Answer :
Sure! Let's solve the problem of subtracting the two mixed numbers: [tex]\(5 \frac{13}{15}\)[/tex] and [tex]\(2 \frac{3}{5}\)[/tex].
### Step-by-Step Solution:
1. Convert Mixed Numbers to Improper Fractions:
- First, we need to convert each mixed number into an improper fraction for easier subtraction.
For [tex]\(5 \frac{13}{15}\)[/tex]:
- Multiply the whole number by the denominator: [tex]\(5 \times 15 = 75\)[/tex].
- Add the numerator: [tex]\(75 + 13 = 88\)[/tex].
- The improper fraction is [tex]\(\frac{88}{15}\)[/tex].
For [tex]\(2 \frac{3}{5}\)[/tex]:
- Multiply the whole number by the denominator: [tex]\(2 \times 5 = 10\)[/tex].
- Add the numerator: [tex]\(10 + 3 = 13\)[/tex].
- The improper fraction is [tex]\(\frac{13}{5}\)[/tex].
2. Find a Common Denominator:
- To subtract the fractions, they must have the same denominator.
- The denominators here are 15 and 5. The least common multiple of 15 and 5 is 15.
3. Convert to a Common Denominator:
- [tex]\(\frac{88}{15}\)[/tex] is already over 15.
- Convert [tex]\(\frac{13}{5}\)[/tex] to a denominator of 15:
- Multiply both the numerator and the denominator by 3: [tex]\(\frac{13 \times 3}{5 \times 3} = \frac{39}{15}\)[/tex].

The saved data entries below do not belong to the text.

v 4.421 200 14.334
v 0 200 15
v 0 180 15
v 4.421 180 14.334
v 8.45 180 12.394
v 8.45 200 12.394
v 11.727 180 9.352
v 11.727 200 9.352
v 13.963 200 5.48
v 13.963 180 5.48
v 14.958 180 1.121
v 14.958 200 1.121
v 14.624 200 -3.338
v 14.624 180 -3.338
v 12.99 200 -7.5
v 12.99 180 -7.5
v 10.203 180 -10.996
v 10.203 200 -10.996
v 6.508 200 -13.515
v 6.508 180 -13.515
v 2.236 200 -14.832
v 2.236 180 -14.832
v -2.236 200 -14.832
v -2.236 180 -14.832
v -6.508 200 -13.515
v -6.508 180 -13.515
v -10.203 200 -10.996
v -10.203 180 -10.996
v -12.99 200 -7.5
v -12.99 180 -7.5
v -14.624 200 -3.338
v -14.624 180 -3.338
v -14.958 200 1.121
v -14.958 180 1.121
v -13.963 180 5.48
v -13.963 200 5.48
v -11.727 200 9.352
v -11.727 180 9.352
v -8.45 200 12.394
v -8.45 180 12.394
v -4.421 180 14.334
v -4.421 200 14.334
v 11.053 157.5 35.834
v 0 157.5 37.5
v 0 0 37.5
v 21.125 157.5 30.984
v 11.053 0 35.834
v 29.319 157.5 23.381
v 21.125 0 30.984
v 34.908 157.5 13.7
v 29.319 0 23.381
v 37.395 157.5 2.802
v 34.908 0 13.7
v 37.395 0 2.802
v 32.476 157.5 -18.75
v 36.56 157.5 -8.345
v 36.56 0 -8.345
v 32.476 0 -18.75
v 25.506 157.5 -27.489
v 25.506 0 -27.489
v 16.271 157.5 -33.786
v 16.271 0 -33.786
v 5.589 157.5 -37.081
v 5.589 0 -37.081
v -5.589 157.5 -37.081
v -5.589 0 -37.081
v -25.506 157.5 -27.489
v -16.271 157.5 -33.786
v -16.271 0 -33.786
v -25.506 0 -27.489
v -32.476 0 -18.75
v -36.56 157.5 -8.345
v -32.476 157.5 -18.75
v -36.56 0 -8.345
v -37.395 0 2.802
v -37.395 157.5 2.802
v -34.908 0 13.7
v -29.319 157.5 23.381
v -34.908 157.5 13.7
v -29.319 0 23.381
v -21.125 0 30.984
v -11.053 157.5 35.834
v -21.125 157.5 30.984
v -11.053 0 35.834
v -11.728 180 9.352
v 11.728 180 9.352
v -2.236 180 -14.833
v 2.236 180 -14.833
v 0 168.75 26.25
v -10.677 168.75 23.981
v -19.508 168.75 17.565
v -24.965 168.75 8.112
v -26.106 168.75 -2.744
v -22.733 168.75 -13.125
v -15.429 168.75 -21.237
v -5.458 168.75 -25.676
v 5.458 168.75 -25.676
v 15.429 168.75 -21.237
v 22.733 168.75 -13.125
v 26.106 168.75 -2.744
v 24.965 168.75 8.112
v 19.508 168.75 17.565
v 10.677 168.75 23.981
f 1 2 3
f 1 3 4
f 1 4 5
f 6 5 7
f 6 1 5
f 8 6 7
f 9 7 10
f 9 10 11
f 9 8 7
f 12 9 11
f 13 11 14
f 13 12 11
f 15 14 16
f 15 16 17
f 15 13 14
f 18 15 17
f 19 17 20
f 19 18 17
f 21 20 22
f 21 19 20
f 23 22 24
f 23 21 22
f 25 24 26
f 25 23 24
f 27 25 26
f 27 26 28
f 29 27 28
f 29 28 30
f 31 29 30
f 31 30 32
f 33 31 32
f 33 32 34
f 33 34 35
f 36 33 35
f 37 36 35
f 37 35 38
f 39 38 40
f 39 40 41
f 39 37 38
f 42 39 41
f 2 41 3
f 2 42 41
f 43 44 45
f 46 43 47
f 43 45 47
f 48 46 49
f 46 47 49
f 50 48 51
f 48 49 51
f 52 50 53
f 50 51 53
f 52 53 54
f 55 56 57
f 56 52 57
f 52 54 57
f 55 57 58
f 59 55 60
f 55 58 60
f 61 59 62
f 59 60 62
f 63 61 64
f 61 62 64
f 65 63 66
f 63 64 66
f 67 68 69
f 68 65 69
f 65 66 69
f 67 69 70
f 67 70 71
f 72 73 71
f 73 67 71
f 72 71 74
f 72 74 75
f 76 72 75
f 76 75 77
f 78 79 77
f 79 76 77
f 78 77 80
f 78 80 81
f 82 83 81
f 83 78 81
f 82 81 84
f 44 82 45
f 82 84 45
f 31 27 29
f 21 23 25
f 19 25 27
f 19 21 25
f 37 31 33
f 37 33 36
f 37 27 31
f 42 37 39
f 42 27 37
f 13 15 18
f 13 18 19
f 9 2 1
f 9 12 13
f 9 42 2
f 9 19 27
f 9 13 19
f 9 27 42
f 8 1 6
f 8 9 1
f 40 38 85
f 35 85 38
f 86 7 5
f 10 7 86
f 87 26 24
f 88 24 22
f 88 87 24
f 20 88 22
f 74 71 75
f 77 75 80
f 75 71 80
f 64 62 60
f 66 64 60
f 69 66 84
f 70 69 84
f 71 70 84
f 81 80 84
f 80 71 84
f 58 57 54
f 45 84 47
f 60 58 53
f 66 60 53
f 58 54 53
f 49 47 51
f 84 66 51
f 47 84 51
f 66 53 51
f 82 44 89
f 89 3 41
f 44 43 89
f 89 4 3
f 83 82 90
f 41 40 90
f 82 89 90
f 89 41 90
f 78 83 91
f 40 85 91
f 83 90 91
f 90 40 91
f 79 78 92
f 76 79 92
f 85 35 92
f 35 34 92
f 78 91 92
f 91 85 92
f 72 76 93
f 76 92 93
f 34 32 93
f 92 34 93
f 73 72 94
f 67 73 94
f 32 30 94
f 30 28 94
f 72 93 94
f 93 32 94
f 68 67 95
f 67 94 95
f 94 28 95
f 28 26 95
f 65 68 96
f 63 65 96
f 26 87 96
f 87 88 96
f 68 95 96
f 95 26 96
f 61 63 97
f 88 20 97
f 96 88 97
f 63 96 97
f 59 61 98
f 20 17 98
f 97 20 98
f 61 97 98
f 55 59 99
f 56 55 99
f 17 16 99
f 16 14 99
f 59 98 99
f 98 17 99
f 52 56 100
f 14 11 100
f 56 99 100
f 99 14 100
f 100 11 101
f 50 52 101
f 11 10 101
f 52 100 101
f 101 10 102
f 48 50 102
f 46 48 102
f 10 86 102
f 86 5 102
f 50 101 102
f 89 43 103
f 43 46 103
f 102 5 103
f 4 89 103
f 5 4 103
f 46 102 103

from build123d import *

# Parameters (mm, degrees)
ESQUISSE1_R         = 37.5
EXTRUSION1_DEPTH    = 200
ESQUISSE2_OUTSIDE_W = 122.276
ESQUISSE2_OUTSIDE_H = 122.276
ESQUISSE2_OUTSIDE_R = 15
EXTRUSION2_DEPTH    = 20
CHANFREIN1_SIZE     = 22.5


with BuildPart() as part:
    # Esquisse1 → Extrusion1 (new body)
    with BuildSketch(Plane(origin=(0, 0, 0), x_dir=(1, 0, 0), z_dir=(0, 1, 0))):
        with Locations(Location((0, 0, 0), (0, 0, 270))):
            Circle(ESQUISSE1_R)
    extrude(amount=EXTRUSION1_DEPTH)

    # Esquisse2 outside → Extrusion2 (cut)
    with BuildSketch(Plane(origin=(0, 200, 0), x_dir=(1, 0, 0), z_dir=(0, 1, 0))):
        Rectangle(ESQUISSE2_OUTSIDE_W, ESQUISSE2_OUTSIDE_H)
        with Locations(Location((0, 0, 0), (0, 0, 270))):
            Circle(ESQUISSE2_OUTSIDE_R, mode=Mode.SUBTRACT)
    extrude(amount=-EXTRUSION2_DEPTH, mode=Mode.SUBTRACT)

    # Chanfrein1
    chanfrein1_edges = [part.edges().sort_by_distance(p)[0] for p in [
        (0, 180, -37.5),
    ]]
    chamfer(chanfrein1_edges, length=CHANFREIN1_SIZE - 0.0001)  # a hair under: the kernel refuses the full size


solid = part.part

4. Subtract the Fractions:
- Now subtract [tex]\(\frac{39}{15}\)[/tex] from [tex]\(\frac{88}{15}\)[/tex] by subtracting the numerators:
- [tex]\(\frac{88 - 39}{15} = \frac{49}{15}\)[/tex].

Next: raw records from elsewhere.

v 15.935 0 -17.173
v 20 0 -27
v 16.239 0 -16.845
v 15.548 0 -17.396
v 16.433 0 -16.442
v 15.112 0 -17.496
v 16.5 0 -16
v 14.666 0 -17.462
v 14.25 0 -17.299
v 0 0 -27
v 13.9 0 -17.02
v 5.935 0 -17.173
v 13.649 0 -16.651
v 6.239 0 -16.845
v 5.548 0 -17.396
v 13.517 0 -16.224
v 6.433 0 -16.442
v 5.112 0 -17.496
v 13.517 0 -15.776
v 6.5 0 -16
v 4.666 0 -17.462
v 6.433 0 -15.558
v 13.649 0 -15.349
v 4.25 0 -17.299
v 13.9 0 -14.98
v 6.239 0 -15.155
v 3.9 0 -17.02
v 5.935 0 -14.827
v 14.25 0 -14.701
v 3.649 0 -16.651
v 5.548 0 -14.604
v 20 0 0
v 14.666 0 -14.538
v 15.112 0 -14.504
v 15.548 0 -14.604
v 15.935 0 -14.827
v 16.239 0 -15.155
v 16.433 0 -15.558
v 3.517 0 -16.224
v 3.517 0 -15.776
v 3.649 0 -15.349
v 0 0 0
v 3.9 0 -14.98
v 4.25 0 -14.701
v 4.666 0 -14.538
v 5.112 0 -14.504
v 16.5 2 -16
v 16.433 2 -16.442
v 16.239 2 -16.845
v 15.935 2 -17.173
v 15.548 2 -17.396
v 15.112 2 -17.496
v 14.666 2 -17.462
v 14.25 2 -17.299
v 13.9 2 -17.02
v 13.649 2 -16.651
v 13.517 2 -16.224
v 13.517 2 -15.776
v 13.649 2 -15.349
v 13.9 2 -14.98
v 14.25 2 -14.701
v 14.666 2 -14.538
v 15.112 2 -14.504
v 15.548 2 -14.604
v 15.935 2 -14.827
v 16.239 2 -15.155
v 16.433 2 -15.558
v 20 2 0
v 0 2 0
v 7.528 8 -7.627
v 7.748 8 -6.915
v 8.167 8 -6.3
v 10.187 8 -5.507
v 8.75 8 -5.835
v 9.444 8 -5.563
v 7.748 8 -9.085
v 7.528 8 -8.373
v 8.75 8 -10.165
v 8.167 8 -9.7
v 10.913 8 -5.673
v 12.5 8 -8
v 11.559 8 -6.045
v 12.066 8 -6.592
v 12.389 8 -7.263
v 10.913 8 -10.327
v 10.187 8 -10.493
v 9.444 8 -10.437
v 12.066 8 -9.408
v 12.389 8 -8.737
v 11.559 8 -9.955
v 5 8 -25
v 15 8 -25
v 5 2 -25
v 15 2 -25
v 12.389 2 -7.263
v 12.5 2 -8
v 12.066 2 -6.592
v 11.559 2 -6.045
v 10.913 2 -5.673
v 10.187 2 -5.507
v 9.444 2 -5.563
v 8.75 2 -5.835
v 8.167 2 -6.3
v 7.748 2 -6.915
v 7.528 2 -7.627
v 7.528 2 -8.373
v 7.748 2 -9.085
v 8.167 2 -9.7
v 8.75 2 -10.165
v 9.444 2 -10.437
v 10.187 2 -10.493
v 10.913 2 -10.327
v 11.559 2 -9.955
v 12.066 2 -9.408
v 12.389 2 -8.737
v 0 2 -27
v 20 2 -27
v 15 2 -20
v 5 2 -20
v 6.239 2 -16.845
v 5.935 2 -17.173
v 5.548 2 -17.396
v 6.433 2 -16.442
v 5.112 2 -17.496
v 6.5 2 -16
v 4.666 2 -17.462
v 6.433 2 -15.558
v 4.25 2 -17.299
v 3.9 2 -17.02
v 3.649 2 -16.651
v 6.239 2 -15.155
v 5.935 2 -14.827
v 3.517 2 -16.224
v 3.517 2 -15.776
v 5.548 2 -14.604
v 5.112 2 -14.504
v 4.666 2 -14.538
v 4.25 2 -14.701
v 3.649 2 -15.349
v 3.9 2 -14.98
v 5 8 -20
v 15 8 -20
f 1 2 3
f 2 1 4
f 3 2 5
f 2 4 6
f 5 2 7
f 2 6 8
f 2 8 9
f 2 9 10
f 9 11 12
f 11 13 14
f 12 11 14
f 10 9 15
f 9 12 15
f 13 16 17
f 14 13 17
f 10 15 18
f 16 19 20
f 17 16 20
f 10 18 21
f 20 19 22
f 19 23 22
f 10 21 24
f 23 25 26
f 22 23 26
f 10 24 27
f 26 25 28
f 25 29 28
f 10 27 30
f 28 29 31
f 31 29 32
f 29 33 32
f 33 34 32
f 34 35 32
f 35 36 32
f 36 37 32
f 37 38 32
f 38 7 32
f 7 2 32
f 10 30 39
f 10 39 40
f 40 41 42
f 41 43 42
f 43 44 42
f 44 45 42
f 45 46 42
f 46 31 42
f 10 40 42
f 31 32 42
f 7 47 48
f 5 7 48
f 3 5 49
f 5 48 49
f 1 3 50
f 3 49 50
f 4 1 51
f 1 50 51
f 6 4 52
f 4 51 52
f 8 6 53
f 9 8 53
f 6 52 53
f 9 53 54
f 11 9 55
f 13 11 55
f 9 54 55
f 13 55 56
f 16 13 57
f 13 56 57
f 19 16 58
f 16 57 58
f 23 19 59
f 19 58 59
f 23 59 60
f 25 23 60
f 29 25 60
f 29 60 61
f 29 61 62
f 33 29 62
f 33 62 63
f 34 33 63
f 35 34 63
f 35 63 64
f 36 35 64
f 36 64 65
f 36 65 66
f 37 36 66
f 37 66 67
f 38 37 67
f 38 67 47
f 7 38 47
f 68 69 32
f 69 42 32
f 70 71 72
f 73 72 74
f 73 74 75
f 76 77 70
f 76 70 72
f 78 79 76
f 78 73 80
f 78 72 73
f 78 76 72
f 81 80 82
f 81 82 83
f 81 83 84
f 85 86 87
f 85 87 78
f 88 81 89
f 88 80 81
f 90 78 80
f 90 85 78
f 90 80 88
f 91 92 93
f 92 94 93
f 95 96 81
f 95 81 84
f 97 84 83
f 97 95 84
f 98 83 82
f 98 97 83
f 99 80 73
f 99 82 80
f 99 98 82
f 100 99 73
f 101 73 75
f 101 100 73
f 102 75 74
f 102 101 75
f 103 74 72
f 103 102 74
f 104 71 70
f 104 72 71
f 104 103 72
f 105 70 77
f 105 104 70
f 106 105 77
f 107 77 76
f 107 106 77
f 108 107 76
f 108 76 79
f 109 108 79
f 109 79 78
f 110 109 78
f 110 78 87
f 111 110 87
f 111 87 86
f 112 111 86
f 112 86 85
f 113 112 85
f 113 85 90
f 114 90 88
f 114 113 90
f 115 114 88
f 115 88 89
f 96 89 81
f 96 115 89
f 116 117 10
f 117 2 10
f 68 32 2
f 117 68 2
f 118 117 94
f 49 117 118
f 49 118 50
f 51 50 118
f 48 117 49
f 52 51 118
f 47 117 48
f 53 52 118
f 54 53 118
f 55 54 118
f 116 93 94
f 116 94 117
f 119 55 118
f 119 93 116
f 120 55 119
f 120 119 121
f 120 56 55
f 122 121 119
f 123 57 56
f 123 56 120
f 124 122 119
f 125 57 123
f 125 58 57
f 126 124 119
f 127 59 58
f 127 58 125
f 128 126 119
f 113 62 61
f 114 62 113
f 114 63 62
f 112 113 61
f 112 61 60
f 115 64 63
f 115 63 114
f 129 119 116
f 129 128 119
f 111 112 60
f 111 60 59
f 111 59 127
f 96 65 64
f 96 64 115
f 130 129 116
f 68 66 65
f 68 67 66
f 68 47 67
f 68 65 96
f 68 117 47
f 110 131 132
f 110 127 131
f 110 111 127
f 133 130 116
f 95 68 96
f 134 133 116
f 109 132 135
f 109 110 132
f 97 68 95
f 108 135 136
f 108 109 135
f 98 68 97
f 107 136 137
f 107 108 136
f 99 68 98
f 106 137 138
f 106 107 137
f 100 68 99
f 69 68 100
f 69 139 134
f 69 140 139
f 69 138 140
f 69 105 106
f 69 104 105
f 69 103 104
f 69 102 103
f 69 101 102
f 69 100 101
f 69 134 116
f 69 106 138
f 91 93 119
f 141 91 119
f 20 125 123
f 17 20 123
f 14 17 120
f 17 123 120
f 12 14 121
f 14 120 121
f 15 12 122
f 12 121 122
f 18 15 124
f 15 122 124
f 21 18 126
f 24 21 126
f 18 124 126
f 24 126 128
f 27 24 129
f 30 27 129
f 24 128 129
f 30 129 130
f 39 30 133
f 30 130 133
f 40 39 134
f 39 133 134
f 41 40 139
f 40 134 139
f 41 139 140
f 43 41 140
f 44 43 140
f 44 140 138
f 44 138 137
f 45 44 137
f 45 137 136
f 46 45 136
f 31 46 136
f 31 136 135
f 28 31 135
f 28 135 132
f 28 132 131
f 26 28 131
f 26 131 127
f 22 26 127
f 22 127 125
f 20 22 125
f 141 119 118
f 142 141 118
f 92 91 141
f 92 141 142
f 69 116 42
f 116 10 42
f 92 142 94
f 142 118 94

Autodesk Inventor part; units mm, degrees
ref_plane "YZ Plane" through (0, 0, 0) normal (1, 0, 0) x (0, 1, 0)
ref_plane "XZ Plane" through (0, 0, 0) normal (0, 1, 0) x (-1, 0, 0)
ref_plane "XY Plane" through (0, 0, 0) normal (0, 0, 1) x (1, 0, 0)
sketch "스케치1" plane through (0, 0, 0) normal (0, 1, 0) x (-1, 0, 0)
  line L0 (0, 0) -> (-20, 0)
  line L1 (-20, 0) -> (-20, -27)
  line L2 (-20, -27) -> (0, -27)
  line L3 (0, -27) -> (0, 0)
  dimension "d0" = 20
  dimension "d1" = 27
extrude "돌출1" add sketch "스케치1" along normal blind 2
sketch "스케치2" plane through (0, 2, 0) normal (0, 1, 0) x (1, 0, 0)
  line L0 (0, 0) -> (20, 0) projected
  line L1 (20, 0) -> (20, 27) projected
  line L2 (20, 27) -> (0, 27) projected
  line L3 (0, 27) -> (0, 0) projected
  line L4 (5, 20) -> (15, 20)
  line L5 (15, 20) -> (15, 25)
  line L6 (15, 25) -> (5, 25)
  line L7 (5, 25) -> (5, 20)
  dimension "d4" = 5
  dimension "d5" = 2
  dimension "d6" = 5
  dimension "d7" = 10
extrude "돌출2" add sketch "스케치2" along normal blind 6 contours L7 L6 L5 L4
sketch "스케치3" plane through (0, 2, 0) normal (0, 1, 0) x (1, 0, 0)
  line L0 (5, 20) -> (5, 25) projected
  line L1 (5, 25) -> (15, 25) projected
  line L2 (15, 25) -> (15, 20) projected
  line L3 (15, 20) -> (5, 20) projected
  line L4 (0, 0) -> (20, 0) projected
  line L5 (20, 0) -> (20, 27) projected
  line L6 (20, 27) -> (0, 27) projected
  line L7 (0, 27) -> (0, 0) projected
  circle A0 centre (10, 8) radius 2.5
  dimension "d10" = 5
  dimension "d11" = 8
extrude "돌출3" add sketch "스케치3" along normal blind 6 contours A0
sketch "스케치4" plane through (0, 2, 0) normal (0, 1, 0) x (1, 0, 0)
  circle A0 centre (10, 8) radius 2.5 projected
  line L0 (5, 20) -> (5, 25) projected
  line L1 (5, 25) -> (15, 25) projected
  line L2 (15, 25) -> (15, 20) projected
  line L3 (15, 20) -> (5, 20) projected
  line L4 (0, 0) -> (20, 0) projected
  line L5 (20, 0) -> (20, 27) projected
  line L6 (20, 27) -> (0, 27) projected
  line L7 (0, 27) -> (0, 0) projected
  circle A1 centre (5, 16) radius 1.5
  circle A2 centre (15, 16) radius 1.5
  dimension "d14" = 3
  dimension "d15" = 3
  dimension "d16" = 5
  dimension "d17" = 11
  dimension "d18" = 11
  dimension "d19" = 5
extrude "돌출4" cut sketch "스케치4" against normal blind 6 contours A1 | A2
properties part number "CdS모듈"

5. Convert the Result Back to a Mixed Number:
- Divide the numerator by the denominator: 49 ÷ 15 equals 3 with a remainder of 4.
- So, [tex]\(\frac{49}{15}\)[/tex] as a mixed number is [tex]\(3 \frac{4}{15}\)[/tex].

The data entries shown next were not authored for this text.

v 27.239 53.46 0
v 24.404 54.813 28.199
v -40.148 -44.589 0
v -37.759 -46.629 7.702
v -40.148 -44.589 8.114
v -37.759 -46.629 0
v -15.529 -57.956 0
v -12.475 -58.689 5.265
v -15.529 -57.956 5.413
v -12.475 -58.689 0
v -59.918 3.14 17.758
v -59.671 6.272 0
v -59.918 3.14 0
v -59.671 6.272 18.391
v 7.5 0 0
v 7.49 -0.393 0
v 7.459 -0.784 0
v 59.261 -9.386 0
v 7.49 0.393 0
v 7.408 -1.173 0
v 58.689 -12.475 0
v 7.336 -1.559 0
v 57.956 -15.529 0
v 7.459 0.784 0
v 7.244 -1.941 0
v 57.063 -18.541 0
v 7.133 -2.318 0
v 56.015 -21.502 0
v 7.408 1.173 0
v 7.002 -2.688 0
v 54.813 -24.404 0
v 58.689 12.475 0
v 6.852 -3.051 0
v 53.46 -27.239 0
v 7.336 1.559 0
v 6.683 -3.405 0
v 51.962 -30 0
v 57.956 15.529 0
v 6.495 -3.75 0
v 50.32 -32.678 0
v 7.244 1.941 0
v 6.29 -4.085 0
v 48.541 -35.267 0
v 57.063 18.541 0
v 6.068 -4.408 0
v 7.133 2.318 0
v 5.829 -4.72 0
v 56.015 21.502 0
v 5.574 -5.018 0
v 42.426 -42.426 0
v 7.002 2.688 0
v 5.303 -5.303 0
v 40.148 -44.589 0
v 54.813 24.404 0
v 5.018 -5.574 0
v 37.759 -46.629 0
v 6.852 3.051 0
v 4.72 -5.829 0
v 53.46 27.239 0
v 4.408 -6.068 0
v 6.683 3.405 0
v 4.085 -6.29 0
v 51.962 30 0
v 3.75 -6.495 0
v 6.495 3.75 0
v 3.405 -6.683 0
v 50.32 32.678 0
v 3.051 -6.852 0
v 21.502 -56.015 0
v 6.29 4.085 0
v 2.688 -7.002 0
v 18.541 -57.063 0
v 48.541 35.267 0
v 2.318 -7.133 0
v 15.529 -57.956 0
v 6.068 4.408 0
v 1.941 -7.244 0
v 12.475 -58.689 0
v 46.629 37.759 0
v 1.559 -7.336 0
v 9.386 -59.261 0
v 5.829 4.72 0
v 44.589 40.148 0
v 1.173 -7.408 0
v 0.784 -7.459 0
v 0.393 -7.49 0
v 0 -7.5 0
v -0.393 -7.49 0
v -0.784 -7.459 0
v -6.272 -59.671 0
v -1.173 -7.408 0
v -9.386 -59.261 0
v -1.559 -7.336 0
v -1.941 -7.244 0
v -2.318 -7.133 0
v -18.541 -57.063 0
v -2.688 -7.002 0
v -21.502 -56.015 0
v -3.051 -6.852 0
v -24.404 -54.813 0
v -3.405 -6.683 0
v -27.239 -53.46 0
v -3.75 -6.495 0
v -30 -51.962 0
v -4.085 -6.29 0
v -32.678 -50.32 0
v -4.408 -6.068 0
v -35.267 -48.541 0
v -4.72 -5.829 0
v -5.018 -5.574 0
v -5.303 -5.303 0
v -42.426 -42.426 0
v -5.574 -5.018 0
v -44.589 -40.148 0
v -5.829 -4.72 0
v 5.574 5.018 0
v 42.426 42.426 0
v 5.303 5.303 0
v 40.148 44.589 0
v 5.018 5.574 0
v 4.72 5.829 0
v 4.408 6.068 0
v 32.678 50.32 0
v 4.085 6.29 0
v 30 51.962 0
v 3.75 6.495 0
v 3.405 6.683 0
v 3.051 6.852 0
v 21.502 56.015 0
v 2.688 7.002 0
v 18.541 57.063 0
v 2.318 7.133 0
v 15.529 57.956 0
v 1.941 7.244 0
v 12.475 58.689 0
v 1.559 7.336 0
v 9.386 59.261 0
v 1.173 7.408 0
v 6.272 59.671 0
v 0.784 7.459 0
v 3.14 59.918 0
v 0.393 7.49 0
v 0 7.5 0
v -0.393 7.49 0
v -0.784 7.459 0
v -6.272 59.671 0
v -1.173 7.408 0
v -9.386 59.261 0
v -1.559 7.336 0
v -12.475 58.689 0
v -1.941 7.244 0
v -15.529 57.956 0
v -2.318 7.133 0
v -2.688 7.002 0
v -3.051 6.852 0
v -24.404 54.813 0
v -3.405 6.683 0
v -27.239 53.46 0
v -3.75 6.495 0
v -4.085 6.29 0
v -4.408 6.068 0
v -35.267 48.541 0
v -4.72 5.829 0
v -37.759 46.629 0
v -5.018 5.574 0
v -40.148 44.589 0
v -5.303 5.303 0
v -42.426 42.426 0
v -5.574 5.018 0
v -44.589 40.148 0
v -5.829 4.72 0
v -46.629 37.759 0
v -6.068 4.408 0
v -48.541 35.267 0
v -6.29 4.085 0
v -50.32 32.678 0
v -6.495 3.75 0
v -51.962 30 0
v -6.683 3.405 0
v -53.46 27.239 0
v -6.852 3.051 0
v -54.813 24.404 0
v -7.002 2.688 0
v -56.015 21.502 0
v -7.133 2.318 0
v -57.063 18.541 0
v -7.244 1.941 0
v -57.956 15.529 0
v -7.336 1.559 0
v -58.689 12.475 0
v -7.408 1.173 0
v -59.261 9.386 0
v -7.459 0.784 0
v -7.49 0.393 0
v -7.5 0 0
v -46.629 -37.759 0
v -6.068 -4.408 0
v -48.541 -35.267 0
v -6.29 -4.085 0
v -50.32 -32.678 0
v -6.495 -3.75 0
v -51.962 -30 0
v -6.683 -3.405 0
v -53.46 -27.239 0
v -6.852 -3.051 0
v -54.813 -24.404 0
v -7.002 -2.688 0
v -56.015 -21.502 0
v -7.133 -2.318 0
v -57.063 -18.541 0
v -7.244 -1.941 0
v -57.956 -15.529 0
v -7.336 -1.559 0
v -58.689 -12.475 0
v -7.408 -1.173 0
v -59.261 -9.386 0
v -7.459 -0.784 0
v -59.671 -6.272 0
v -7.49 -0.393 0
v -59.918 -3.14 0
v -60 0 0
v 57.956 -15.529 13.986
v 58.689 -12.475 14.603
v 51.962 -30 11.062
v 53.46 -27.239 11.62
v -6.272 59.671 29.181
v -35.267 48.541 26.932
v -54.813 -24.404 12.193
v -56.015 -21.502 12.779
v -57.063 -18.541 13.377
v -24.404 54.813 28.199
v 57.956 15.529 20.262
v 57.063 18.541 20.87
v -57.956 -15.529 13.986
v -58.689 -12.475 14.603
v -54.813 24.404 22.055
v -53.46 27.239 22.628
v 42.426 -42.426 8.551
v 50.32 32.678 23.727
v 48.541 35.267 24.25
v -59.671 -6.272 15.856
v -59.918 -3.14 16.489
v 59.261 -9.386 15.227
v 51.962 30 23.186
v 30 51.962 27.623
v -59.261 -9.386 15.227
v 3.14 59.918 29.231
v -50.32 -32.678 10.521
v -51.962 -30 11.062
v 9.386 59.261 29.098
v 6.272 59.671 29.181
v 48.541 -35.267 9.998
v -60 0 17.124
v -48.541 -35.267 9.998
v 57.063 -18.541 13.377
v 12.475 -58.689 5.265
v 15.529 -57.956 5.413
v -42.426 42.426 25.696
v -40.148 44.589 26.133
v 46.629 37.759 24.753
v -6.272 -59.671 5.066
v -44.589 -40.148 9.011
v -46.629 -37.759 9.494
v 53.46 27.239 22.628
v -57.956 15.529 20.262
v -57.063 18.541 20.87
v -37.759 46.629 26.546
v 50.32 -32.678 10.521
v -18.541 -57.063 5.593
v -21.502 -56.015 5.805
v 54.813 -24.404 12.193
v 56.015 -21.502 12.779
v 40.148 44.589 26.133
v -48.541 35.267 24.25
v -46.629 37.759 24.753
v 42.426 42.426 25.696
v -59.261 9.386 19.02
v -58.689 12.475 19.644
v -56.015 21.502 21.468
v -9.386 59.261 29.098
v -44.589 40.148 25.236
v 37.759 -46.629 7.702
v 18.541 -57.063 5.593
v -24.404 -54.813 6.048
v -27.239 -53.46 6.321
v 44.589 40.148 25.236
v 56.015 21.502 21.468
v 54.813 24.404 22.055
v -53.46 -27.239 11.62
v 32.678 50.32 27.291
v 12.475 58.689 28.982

Therefore, the result of [tex]\(5 \frac{13}{15} - 2 \frac{3}{5}\)[/tex] is [tex]\(3 \frac{4}{15}\)[/tex].
### Step-by-Step Solution:
1. Convert Mixed Numbers to Improper Fractions:
- First, we need to convert each mixed number into an improper fraction for easier subtraction.
For [tex]\(5 \frac{13}{15}\)[/tex]:
- Multiply the whole number by the denominator: [tex]\(5 \times 15 = 75\)[/tex].
- Add the numerator: [tex]\(75 + 13 = 88\)[/tex].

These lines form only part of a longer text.